I would assume that it’s based on some sort of Bayesian analysis, but I don’t actually know for sure.
It’s a little complicated and technical–and I’m not a Bayesian so I’m probably going to a crappy job explaining it–but I’ll try to summarize what I think they’re doing.
First, there are three elements in a Bayesian analysis: prior distribution (original projections), sampling distribution (new data), and posterior distribution (rest of seasons [ROS] projections).
For the sake of simplicity, let’s say that you’re just interested in projecting a Batting Average (a simple binomial has some convenient properties when working within a Bayesian framework). Suppose our prior is .300 but we observe half a season of .250 (75/300). What should the ROS be based on having observed the actual .250 BA over 300 AB compared to an expected .300 based on 3+ years worth of data?
Without getting too far into the weeds, we’d probably estimate what’s called the parameters of a Beta distribution, which yields two shape parameters: alpha and beta. One of the convenient features of a beta distribution is that you can interpret alpha as the number of hits and alpha+beta as the number of at bats. We can then use the BA formula to update the projection.
For sake of simplicity, assume the prior X~Beta(300,1000) and assume 75 hits in 300 AB. Then:
ROS=(300+75)/(1000+300+75)=0.273 (i.e., this is our posterior estimate)
That is, based on having observed 75 hits over 300 at bats (i.e., .250, our sampling distribution) in a half season worth of data, we would make a ROS projection for .273 (our posterior distribution) given those actual data and the prior that he’s a .300 BA hitter (our prior distribution).
Note that I’ve skipped over a few crucial steps to just posit that the prior is X~Beta(300,1000).

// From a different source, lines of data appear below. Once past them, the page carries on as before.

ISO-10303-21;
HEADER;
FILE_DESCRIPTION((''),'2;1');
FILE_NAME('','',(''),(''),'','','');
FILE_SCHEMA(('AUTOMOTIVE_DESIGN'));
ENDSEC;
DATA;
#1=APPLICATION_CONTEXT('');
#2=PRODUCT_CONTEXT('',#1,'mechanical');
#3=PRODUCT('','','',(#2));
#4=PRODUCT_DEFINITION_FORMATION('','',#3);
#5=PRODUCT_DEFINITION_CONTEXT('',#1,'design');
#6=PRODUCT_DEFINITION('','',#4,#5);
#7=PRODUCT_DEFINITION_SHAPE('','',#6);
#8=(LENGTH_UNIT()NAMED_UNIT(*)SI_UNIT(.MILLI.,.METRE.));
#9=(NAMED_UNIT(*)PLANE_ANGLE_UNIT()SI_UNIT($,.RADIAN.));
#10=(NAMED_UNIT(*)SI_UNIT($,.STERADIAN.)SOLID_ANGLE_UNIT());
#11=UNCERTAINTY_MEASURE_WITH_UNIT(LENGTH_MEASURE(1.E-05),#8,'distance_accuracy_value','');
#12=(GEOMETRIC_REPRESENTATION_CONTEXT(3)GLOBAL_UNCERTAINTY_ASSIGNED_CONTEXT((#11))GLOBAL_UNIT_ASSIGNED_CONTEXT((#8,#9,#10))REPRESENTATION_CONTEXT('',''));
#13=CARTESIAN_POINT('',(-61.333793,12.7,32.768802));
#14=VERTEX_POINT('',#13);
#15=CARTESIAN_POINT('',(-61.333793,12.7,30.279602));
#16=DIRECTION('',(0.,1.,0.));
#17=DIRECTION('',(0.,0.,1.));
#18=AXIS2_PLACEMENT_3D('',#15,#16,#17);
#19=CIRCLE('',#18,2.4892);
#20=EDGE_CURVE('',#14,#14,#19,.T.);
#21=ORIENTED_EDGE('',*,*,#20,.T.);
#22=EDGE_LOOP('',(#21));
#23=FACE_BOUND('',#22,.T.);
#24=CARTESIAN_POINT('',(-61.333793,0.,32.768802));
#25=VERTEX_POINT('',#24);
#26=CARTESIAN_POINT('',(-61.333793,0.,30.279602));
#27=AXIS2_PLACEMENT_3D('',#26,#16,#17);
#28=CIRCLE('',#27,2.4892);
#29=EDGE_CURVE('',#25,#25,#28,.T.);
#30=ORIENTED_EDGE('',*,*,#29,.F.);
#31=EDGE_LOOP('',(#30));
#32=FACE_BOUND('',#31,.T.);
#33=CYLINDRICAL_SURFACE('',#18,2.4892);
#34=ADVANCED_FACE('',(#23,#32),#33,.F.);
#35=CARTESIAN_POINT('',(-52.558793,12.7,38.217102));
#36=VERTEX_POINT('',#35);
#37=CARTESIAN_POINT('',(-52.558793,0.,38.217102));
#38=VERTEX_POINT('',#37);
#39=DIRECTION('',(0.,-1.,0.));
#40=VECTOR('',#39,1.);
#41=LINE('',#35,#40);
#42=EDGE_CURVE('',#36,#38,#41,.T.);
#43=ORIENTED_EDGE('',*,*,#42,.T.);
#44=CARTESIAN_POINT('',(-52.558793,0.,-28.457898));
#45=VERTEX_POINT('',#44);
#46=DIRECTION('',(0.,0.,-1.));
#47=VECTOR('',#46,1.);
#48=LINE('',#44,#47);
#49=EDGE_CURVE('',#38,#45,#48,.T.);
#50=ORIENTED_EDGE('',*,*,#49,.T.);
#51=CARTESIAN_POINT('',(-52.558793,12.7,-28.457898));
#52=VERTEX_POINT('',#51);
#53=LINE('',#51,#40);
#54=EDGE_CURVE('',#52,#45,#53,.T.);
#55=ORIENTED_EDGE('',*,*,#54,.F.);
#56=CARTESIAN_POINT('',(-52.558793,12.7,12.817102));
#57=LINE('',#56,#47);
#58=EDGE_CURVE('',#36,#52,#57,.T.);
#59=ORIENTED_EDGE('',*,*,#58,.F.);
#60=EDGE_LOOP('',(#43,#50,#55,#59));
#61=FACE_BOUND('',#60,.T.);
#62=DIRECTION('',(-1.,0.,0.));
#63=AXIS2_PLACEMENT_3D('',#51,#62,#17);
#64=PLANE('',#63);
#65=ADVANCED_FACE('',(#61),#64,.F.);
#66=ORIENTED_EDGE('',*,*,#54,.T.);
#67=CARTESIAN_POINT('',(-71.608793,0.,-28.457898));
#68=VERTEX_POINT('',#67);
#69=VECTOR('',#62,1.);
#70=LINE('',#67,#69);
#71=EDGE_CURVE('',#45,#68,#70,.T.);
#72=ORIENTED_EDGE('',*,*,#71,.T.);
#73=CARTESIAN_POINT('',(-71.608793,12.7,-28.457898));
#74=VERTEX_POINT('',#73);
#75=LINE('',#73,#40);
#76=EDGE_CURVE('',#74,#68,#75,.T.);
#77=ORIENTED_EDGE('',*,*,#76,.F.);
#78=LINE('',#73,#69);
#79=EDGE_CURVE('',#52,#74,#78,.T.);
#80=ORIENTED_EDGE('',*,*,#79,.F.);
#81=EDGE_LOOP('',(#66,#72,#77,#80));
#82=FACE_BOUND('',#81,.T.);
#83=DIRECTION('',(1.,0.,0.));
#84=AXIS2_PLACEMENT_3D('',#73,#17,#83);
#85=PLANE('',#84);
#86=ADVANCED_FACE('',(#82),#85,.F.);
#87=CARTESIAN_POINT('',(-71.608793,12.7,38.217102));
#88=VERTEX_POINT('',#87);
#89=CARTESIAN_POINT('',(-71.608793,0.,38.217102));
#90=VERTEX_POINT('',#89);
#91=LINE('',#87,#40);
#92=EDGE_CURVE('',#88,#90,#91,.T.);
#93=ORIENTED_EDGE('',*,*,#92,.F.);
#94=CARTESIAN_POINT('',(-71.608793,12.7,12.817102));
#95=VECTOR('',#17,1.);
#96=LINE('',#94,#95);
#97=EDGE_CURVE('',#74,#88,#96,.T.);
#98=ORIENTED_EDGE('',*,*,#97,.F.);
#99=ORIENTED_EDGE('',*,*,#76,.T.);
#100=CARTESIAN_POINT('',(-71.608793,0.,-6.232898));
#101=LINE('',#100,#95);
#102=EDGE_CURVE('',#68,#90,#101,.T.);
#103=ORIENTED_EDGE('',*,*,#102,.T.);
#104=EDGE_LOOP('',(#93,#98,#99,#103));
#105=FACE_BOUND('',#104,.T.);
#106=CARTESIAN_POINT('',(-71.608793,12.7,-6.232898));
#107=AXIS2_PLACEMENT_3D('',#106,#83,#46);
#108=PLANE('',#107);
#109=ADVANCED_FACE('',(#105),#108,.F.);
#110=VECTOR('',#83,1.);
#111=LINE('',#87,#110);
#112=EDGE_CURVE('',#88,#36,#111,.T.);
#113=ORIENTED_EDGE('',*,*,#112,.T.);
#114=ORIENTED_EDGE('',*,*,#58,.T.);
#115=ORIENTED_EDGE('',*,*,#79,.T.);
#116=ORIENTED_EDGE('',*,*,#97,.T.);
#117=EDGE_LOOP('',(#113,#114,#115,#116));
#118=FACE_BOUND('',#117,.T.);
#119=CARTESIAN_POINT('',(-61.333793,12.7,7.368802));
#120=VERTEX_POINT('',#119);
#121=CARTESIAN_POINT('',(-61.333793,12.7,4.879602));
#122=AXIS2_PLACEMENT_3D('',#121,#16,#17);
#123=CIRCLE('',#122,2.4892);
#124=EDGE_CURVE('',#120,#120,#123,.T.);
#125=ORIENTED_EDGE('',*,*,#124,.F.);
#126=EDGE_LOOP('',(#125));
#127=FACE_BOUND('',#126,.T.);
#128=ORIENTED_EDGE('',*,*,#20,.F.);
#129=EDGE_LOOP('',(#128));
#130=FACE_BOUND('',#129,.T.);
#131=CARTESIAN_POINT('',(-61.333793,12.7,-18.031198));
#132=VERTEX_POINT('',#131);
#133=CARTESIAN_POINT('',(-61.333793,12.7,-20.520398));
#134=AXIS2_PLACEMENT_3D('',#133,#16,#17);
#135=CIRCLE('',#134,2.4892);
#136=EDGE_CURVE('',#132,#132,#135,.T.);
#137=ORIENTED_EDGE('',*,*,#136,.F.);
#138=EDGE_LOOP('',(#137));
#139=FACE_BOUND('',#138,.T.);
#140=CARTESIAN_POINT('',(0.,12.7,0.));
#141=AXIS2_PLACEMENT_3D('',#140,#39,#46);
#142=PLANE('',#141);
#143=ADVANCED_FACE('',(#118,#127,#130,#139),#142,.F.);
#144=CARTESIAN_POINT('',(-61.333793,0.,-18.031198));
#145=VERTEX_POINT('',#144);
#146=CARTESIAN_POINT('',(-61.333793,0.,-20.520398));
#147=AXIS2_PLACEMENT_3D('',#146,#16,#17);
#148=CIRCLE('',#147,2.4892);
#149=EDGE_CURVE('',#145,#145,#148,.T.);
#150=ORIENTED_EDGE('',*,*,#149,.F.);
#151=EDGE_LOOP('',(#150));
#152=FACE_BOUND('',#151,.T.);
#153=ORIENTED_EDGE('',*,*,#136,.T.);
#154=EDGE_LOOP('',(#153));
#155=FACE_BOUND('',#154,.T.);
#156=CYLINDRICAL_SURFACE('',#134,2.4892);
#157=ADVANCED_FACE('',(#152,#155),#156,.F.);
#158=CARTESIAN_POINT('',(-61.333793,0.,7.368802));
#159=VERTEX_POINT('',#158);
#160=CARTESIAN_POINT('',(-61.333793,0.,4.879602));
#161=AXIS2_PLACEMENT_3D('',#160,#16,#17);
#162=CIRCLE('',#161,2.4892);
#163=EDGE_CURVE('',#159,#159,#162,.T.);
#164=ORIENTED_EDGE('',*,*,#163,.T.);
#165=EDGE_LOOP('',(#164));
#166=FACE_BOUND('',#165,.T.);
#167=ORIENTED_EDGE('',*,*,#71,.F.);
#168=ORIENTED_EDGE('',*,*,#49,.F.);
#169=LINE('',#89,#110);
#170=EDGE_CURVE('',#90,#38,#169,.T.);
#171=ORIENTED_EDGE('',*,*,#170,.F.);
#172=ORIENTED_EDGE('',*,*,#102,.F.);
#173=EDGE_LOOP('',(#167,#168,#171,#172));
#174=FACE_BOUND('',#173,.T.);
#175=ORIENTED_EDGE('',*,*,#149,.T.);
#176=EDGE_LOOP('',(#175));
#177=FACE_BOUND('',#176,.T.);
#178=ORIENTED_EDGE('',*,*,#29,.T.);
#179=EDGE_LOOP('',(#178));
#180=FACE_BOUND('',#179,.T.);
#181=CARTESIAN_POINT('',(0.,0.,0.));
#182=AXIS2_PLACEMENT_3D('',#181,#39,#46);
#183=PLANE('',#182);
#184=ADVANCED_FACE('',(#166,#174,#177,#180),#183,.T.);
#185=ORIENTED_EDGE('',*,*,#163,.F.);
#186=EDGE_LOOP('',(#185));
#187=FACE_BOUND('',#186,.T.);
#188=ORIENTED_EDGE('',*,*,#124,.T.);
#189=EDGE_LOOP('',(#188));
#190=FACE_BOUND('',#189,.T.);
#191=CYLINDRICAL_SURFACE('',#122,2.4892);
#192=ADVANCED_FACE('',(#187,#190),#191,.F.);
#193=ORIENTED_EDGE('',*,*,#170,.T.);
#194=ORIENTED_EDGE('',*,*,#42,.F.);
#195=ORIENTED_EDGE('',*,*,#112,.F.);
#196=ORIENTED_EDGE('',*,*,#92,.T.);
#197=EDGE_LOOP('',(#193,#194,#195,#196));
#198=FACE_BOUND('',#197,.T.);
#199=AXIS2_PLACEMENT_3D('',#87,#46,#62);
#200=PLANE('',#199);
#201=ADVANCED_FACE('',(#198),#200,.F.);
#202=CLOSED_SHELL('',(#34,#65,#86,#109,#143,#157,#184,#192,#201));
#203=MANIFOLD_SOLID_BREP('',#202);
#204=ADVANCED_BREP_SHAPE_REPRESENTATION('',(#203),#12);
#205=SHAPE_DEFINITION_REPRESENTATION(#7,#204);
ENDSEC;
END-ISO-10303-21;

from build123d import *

# Parameters (mm, degrees)
BOSS_EXTRUDE1_DEPTH    = 12.7
F_10_CLEARANCE_HOLE1_D = 4.9784


with BuildPart() as part:
    # Sketch4 → Boss-Extrude1 (new body)
    with BuildSketch(Plane(origin=(0, 0, 0), x_dir=(1, 0, 0), z_dir=(0, 1, 0))):
        Polygon((-71.608792588, 6.232898137), (-71.608792588, 28.457898137), (-52.558792588, 28.457898137), (-52.558792588, -12.817101863), (-52.558792588, -38.217101863), (-71.608792588, -38.217101863), (-71.608792588, -12.817101863), align=None)
    extrude(amount=BOSS_EXTRUDE1_DEPTH)

    # #10 Clearance Hole1 (through all)
    with Locations(Plane(origin=(0, 12.7, 0), x_dir=(1, 0, 0), z_dir=(0, 1, 0))):
        with Locations((-61.333792588, 20.520398137), (-61.333792588, -4.879601863), (-61.333792588, -30.279601863)):
            Hole(F_10_CLEARANCE_HOLE1_D / 2)


solid = part.part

It’s not as simple as saying a projected .300 hitter implies X~Beta(300,1000). But it keeps the math simple for the purposes of a relatively nontechnical explanation. And you could weaken the prior by assuming/estimating lower values for alpha and beta. If you weaken the strength of the prior, then the posterior will be lower than .273 and closer to a .250 BA. FWIW, one of the reasons why I’m always a little skeptical of Bayesian analysis is that the choice of assumptions about the prior is always a little arbitrary.
Hope that makes some sense. And apologies to any Bayesians who might read this who will be offended by the gross simplifications–it’s a combination of my own limited understanding as well as trying to avoid minimizing the math!
EDIT: Corrected a mistake in my math (I forget to include the alpha=75 in the denominator, so the ROS=.273, not .288 as I originally miscalculated).